Write out the data exactly from its first line onward, ending with the line in which "f 676 341 345" appears.

BEGIN

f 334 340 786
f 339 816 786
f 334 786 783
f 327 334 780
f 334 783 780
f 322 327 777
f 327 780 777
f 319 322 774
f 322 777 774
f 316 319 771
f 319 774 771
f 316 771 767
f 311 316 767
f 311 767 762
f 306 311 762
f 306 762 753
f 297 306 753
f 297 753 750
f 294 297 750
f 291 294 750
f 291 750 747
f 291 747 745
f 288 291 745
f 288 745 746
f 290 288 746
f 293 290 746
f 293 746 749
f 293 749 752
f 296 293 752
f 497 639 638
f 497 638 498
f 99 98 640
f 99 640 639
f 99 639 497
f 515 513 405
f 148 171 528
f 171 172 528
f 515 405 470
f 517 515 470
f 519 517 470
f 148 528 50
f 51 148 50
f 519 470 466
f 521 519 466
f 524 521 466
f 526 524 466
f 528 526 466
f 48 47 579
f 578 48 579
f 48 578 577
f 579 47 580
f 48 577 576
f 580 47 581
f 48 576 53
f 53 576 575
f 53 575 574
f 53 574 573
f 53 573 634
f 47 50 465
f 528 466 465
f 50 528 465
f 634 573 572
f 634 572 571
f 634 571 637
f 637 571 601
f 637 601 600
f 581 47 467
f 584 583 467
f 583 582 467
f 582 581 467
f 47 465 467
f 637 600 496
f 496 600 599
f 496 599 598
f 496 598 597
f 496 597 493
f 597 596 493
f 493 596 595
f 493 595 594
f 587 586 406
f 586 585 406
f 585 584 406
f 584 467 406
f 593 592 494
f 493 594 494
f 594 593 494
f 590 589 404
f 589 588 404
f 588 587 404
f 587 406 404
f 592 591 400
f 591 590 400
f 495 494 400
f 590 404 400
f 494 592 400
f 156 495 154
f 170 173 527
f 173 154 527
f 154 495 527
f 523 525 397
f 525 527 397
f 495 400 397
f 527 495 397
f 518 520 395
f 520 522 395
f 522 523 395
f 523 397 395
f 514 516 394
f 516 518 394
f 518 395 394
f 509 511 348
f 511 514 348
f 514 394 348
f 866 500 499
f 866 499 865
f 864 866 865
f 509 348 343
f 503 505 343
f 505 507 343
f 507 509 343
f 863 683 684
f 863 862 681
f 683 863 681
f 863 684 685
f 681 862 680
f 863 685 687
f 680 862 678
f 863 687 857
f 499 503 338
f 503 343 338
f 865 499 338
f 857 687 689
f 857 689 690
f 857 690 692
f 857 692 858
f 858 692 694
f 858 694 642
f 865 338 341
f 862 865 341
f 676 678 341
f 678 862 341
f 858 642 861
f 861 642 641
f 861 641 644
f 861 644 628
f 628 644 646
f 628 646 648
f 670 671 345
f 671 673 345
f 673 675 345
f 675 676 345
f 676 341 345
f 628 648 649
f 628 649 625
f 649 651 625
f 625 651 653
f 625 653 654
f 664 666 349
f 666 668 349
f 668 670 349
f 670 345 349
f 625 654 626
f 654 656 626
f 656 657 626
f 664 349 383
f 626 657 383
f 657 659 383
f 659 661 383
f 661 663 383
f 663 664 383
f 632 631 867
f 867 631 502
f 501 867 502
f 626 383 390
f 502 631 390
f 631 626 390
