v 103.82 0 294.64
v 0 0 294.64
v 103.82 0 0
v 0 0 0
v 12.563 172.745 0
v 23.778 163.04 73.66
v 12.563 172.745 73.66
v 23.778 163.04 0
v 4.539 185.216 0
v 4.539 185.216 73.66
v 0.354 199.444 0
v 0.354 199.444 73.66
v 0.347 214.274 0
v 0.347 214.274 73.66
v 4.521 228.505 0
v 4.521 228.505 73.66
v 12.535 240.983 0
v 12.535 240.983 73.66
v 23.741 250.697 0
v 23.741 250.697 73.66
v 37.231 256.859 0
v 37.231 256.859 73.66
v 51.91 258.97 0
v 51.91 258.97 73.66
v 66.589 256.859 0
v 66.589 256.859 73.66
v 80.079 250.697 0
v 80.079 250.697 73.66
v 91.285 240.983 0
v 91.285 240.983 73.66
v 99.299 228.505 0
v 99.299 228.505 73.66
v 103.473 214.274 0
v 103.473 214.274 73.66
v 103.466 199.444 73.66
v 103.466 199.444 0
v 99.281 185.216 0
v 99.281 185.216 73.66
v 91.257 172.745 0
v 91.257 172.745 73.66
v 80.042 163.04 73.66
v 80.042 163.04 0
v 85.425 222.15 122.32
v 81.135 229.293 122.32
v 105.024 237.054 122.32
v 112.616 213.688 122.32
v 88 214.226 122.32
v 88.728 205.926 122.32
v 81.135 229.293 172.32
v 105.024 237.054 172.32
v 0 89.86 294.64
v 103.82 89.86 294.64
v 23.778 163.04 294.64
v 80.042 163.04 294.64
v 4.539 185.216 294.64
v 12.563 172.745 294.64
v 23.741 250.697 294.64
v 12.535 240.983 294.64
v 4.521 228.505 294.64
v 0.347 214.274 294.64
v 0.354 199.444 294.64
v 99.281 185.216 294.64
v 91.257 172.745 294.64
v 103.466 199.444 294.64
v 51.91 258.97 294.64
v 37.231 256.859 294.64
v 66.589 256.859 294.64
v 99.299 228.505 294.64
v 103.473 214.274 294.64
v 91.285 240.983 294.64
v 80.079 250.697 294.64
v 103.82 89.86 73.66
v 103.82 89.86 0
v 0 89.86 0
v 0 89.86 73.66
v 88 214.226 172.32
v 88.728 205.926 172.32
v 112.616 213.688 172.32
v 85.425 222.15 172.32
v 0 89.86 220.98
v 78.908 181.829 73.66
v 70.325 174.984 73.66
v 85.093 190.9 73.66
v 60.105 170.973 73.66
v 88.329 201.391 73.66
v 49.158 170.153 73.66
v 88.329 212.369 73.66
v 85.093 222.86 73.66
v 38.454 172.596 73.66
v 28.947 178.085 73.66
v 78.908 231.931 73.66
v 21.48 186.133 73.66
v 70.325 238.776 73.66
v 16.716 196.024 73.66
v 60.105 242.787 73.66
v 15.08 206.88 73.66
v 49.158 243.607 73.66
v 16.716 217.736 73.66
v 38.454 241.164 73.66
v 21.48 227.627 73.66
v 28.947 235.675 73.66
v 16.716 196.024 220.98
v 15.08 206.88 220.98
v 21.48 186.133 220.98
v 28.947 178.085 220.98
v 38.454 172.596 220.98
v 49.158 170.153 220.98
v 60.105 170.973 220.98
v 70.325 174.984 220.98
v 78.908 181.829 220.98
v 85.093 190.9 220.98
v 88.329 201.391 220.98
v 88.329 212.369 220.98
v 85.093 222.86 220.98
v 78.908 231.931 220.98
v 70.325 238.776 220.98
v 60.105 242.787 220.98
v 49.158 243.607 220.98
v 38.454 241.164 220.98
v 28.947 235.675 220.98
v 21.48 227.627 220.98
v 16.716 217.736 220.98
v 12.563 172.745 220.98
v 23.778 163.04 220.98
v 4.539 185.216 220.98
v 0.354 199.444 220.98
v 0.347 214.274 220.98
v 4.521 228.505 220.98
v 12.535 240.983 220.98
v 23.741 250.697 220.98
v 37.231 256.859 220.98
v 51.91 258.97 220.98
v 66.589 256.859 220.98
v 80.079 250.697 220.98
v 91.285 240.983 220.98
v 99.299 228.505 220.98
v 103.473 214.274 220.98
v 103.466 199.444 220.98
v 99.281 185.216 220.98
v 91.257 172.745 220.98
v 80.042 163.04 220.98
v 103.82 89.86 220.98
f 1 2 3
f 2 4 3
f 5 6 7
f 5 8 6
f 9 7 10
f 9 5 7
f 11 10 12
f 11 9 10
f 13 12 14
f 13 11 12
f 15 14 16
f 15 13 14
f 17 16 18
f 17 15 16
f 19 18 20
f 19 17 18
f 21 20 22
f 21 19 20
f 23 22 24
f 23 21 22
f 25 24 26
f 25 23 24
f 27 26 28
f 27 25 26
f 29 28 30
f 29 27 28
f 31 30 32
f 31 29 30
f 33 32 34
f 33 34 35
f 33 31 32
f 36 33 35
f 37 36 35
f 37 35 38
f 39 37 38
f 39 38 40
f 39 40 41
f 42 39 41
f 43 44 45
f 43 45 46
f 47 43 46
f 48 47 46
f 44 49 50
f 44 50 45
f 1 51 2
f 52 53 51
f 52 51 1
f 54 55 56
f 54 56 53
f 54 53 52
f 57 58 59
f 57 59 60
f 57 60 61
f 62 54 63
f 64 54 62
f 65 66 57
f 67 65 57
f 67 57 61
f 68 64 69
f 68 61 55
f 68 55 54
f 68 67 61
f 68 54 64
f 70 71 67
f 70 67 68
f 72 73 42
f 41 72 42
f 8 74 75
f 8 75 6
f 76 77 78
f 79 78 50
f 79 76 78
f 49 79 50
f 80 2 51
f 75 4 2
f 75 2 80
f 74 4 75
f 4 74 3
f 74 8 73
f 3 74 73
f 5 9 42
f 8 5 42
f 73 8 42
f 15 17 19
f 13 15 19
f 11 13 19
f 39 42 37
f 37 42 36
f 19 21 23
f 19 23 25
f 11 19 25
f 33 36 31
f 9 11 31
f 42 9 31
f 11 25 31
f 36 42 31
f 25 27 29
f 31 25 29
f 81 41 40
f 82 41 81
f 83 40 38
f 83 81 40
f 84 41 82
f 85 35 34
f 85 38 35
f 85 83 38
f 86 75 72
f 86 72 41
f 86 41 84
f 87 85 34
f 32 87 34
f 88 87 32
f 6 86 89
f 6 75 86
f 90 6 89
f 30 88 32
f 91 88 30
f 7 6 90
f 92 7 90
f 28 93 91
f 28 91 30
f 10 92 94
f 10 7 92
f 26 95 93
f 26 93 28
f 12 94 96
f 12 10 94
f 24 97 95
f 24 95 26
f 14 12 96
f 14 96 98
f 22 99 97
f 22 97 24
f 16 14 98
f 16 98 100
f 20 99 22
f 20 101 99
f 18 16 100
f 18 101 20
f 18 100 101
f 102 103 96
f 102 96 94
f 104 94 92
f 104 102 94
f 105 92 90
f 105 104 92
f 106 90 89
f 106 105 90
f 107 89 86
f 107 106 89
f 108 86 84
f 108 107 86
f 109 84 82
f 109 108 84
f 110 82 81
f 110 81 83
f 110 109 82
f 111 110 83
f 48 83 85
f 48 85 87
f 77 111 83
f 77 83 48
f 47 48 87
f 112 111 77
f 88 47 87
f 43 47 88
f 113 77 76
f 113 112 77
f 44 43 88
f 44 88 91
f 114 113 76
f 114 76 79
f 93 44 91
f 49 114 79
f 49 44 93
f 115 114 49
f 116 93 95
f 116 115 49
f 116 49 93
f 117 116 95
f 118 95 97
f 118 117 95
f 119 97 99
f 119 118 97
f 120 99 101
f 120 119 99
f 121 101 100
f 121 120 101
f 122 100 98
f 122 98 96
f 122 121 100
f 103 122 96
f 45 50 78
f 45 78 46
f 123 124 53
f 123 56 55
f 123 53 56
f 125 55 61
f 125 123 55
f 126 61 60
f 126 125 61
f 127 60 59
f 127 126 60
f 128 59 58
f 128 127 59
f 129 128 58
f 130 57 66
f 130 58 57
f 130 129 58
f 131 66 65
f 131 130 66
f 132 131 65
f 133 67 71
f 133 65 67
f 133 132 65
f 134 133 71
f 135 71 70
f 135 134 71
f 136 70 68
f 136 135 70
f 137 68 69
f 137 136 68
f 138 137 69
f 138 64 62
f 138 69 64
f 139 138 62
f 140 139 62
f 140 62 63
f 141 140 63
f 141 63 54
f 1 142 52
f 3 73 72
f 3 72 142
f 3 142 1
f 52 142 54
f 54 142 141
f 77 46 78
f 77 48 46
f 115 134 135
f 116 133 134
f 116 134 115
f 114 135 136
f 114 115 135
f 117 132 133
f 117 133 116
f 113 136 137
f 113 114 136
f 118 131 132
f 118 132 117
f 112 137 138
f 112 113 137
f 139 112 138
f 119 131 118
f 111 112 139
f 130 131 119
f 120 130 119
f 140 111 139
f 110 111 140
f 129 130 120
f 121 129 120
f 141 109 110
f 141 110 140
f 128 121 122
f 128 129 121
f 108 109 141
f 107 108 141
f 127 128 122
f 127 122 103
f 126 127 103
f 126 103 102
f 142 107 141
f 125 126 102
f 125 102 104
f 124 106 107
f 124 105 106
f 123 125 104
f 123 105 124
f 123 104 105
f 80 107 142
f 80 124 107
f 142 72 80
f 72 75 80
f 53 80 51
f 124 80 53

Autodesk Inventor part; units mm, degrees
ref_plane "YZ Plane" through (0, 0, 0) normal (1, 0, 0) x (0, 1, 0)
ref_plane "XZ Plane" through (0, 0, 0) normal (0, 1, 0) x (-1, 0, 0)
ref_plane "XY Plane" through (0, 0, 0) normal (0, 0, 1) x (1, 0, 0)
sketch "Sketch1" plane through (0, 0, 0) normal (0, 0, 1) x (1, 0, 0)
  line L0 (0, 0) -> (103.82, 0)
  line L1 (0, 0) -> (0, 89.86)
  line L2 (103.82, 89.86) -> (103.82, 0)
  line L3 (103.82, 89.86) -> (80.0424, 163.0401)
  line L4 (0, 89.86) -> (23.7776, 163.0401)
  line L5 (0, 89.86) -> (103.82, 89.86)
  arc A0 (80.0424, 163.0401) -> (23.7776, 163.0401) centre (51.91, 206.88) ccw
  dimension "d1" = 89.86
sketch "Sketch2" plane through (0, 0, 0) normal (0, 0, 1) x (1, 0, 0)
  circle A0 centre (51.91, 206.8113) radius 52.09
  line L0 (0, 89.8599) -> (24.0879, 163.9947)
  line L1 (0, 89.8599) -> (77.95, 89.8599) construction
  point P0 (0, 0)
extrude "Extrusion1" add sketch "Sketch1" along normal blind 294.64
sketch "Sketch3" plane through (103.82, 0, 0) normal (1, 0, 0) x (0, 0, -1)
  line L0 (-294.64, 89.86) -> (-294.64, 0) projected
  line L1 (0, 89.86) -> (-294.64, 89.86) projected
  line L2 (-220.98, 89.86) -> (-73.66, 89.86)
  line L3 (-73.66, 89.86) -> (-73.66, 276.7764)
  line L4 (-73.66, 276.7764) -> (-220.98, 276.7764)
  line L5 (0, 163.0401) -> (-294.64, 163.0401) projected
  line L6 (-220.98, 276.7764) -> (-220.98, 89.86)
  point P0 (0, 0)
extrude "Extrusion2" cut sketch "Sketch3" along normal mid plane 294.64
sketch "Sketch4" plane through (0, 0, 0) normal (0, 0, -1) x (-1, 0, 0)
  point P0 (0, 0)
sketch "Sketch5" plane through (0, 0, 0) normal (0, 0, -1) x (-1, 0, 0)
  point P0 (0, 0)
sketch "Sketch6" plane through (0, 0, 294.64) normal (0, 0, 1) x (1, 0, 0)
  point P0 (0, 0)
sketch "Sketch7" plane through (51.91, 206.88, 73.66) normal (0, 0, 1) x (1, 0, 0)
  circle A0 centre (0, 0) radius 36.83
  point P0 (-51.91, -206.88)
  dimension "d23" = 73.66
extrude "Extrusion3" cut sketch "Sketch7" against normal blind 30
sketch "Sketch8" plane through (51.91, 206.88, 220.98) normal (0, 0, -1) x (-1, 0, 0)
  circle A0 centre (0, 0) radius 36.83
  point P0 (51.91, -206.88)
  dimension "d26" = 73.66
extrude "Extrusion4" cut sketch "Sketch8" against normal blind 30
sketch "Sketch9" plane through (51.91, 206.88, 250.98) normal (0, 0, -1) x (-1, 0, 0)
  circle A0 centre (0, 0) radius 36.83
  point P0 (51.91, -206.88)
  dimension "d29" = 73.66
extrude "Extrusion5" add sketch "Sketch9" along normal blind 207.32
ref_plane "Work Plane2" through (86.148, 100.9846, 220.98) normal (0.9511, 0.309, 0) x (0, 0, -1)
ref_plane "Work Plane1" through (51.91, 89.86, 220.98) normal (0.9511, 0.309, 0) x (0, 0, -1)
sketch "Sketch10" plane through (86.148, 100.9846, 220.98) normal (0.9511, 0.309, 0) x (0, 0, -1)
  line L0 (0, 148.1226) -> (0, 74.4626) construction
  line L1 (0, 111.2926) -> (147.32, 111.2926) construction
  line L2 (147.32, 74.4626) -> (147.32, 148.1226) construction
  line L3 (0, 148.1226) -> (147.32, 148.1226) construction
  line L4 (73.66, 148.1226) -> (73.66, 74.4626) construction
  line L5 (0, 74.4626) -> (147.32, 74.4626) construction
  line L6 (73.66, 111.2926) -> (48.66, 111.2926) construction
  line L7 (48.66, 111.2926) -> (48.66, 123.5771) construction
  line L8 (48.66, 123.5771) -> (98.66, 123.5771)
  line L9 (98.66, 123.5771) -> (98.66, 99.0081)
  line L10 (98.66, 99.0081) -> (48.66, 99.0081)
  line L11 (48.66, 99.0081) -> (48.66, 123.5771)
  point P0 (220.98, -69.4209)
  dimension "d33" = 25
  dimension "d34" = 12.2845
  dimension "d35" = 50
  dimension "d36" = 24.569
extrude "Extrusion6" add sketch "Sketch10" along normal blind 60
properties part number "Dish antenna base"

END

== Reply ==
f 334 340 786
f 339 816 786
f 334 786 783
f 327 334 780
f 334 783 780
f 322 327 777
f 327 780 777
f 319 322 774
f 322 777 774
f 316 319 771
f 319 774 771
f 316 771 767
f 311 316 767
f 311 767 762
f 306 311 762
f 306 762 753
f 297 306 753
f 297 753 750
f 294 297 750
f 291 294 750
f 291 750 747
f 291 747 745
f 288 291 745
f 288 745 746
f 290 288 746
f 293 290 746
f 293 746 749
f 293 749 752
f 296 293 752
f 497 639 638
f 497 638 498
f 99 98 640
f 99 640 639
f 99 639 497
f 515 513 405
f 148 171 528
f 171 172 528
f 515 405 470
f 517 515 470
f 519 517 470
f 148 528 50
f 51 148 50
f 519 470 466
f 521 519 466
f 524 521 466
f 526 524 466
f 528 526 466
f 48 47 579
f 578 48 579
f 48 578 577
f 579 47 580
f 48 577 576
f 580 47 581
f 48 576 53
f 53 576 575
f 53 575 574
f 53 574 573
f 53 573 634
f 47 50 465
f 528 466 465
f 50 528 465
f 634 573 572
f 634 572 571
f 634 571 637
f 637 571 601
f 637 601 600
f 581 47 467
f 584 583 467
f 583 582 467
f 582 581 467
f 47 465 467
f 637 600 496
f 496 600 599
f 496 599 598
f 496 598 597
f 496 597 493
f 597 596 493
f 493 596 595
f 493 595 594
f 587 586 406
f 586 585 406
f 585 584 406
f 584 467 406
f 593 592 494
f 493 594 494
f 594 593 494
f 590 589 404
f 589 588 404
f 588 587 404
f 587 406 404
f 592 591 400
f 591 590 400
f 495 494 400
f 590 404 400
f 494 592 400
f 156 495 154
f 170 173 527
f 173 154 527
f 154 495 527
f 523 525 397
f 525 527 397
f 495 400 397
f 527 495 397
f 518 520 395
f 520 522 395
f 522 523 395
f 523 397 395
f 514 516 394
f 516 518 394
f 518 395 394
f 509 511 348
f 511 514 348
f 514 394 348
f 866 500 499
f 866 499 865
f 864 866 865
f 509 348 343
f 503 505 343
f 505 507 343
f 507 509 343
f 863 683 684
f 863 862 681
f 683 863 681
f 863 684 685
f 681 862 680
f 863 685 687
f 680 862 678
f 863 687 857
f 499 503 338
f 503 343 338
f 865 499 338
f 857 687 689
f 857 689 690
f 857 690 692
f 857 692 858
f 858 692 694
f 858 694 642
f 865 338 341
f 862 865 341
f 676 678 341
f 678 862 341
f 858 642 861
f 861 642 641
f 861 641 644
f 861 644 628
f 628 644 646
f 628 646 648
f 670 671 345
f 671 673 345
f 673 675 345
f 675 676 345
f 676 341 345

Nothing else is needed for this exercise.